### YOUR OBJECTIVE
Please copy every line of the data in which the string "BuildSketch" appears.

***** RECORDS SUPPLIED *****

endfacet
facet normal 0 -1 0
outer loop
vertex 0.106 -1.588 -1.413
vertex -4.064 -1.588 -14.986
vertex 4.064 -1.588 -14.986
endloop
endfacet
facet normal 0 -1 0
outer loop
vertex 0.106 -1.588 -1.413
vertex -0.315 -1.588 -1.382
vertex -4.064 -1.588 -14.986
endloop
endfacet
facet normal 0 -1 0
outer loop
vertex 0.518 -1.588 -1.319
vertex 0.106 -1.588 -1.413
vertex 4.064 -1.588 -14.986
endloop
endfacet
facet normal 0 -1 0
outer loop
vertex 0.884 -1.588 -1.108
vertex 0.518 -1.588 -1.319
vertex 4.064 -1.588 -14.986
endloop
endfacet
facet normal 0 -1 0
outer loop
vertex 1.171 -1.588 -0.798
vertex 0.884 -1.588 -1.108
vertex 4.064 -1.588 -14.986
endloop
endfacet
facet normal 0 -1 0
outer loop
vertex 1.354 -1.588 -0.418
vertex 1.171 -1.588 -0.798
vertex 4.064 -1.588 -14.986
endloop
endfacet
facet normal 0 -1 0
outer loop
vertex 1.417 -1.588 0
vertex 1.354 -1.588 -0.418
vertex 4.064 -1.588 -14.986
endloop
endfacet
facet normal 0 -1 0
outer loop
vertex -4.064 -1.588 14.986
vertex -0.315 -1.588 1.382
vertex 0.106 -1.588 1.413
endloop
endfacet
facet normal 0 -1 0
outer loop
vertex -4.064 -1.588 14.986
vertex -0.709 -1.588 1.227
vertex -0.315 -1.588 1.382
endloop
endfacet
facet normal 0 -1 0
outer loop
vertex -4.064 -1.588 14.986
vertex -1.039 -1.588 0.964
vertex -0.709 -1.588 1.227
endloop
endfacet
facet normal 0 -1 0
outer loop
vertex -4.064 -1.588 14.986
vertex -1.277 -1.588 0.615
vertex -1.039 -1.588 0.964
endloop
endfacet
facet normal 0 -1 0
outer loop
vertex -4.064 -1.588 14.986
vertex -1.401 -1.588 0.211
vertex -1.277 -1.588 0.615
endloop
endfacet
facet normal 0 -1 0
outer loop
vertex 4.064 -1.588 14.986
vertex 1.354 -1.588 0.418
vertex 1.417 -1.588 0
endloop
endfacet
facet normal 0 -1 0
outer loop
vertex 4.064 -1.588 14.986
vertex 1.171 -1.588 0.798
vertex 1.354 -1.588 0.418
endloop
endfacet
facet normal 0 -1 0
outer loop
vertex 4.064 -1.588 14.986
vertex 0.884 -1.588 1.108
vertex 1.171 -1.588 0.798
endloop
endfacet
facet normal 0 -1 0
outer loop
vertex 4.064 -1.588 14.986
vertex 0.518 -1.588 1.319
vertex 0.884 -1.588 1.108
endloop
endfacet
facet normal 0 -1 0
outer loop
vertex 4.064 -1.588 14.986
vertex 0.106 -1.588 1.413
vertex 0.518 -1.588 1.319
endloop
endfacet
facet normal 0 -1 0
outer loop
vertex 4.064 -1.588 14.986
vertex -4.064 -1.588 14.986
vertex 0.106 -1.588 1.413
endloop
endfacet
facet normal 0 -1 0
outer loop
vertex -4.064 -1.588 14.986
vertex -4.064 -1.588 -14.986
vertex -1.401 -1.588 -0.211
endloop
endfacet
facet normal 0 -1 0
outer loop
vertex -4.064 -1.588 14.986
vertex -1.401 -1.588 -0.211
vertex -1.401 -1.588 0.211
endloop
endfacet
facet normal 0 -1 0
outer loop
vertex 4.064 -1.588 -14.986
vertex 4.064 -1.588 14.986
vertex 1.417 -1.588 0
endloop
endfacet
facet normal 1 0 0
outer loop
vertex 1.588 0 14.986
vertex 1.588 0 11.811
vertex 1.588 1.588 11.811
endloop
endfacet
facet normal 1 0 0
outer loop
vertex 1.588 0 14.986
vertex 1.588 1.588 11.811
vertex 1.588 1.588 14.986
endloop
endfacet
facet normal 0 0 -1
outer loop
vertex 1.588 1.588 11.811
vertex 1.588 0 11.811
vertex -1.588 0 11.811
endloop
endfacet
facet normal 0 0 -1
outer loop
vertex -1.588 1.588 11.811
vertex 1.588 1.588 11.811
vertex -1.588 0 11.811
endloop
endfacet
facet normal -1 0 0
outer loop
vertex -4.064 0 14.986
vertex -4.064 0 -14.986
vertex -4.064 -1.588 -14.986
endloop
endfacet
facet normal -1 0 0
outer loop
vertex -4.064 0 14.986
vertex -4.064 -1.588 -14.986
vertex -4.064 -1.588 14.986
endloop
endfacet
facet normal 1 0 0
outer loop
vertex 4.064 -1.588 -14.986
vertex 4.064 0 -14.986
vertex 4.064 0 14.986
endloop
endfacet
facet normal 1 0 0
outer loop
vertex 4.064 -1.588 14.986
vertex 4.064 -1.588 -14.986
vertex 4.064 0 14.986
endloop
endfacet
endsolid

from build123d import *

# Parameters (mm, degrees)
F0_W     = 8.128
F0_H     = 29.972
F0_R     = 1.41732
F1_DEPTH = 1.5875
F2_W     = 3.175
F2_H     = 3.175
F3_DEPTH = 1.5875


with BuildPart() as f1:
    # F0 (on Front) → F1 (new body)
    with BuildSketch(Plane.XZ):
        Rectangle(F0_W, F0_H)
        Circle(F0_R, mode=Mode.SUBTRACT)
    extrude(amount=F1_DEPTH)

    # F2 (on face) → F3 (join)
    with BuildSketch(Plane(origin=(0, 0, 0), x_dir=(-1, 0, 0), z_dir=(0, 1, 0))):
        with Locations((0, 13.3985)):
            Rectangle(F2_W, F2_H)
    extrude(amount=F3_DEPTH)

*****

### ANSWER FOR THE TASK
    with BuildSketch(Plane.XZ):
    with BuildSketch(Plane(origin=(0, 0, 0), x_dir=(-1, 0, 0), z_dir=(0, 1, 0))):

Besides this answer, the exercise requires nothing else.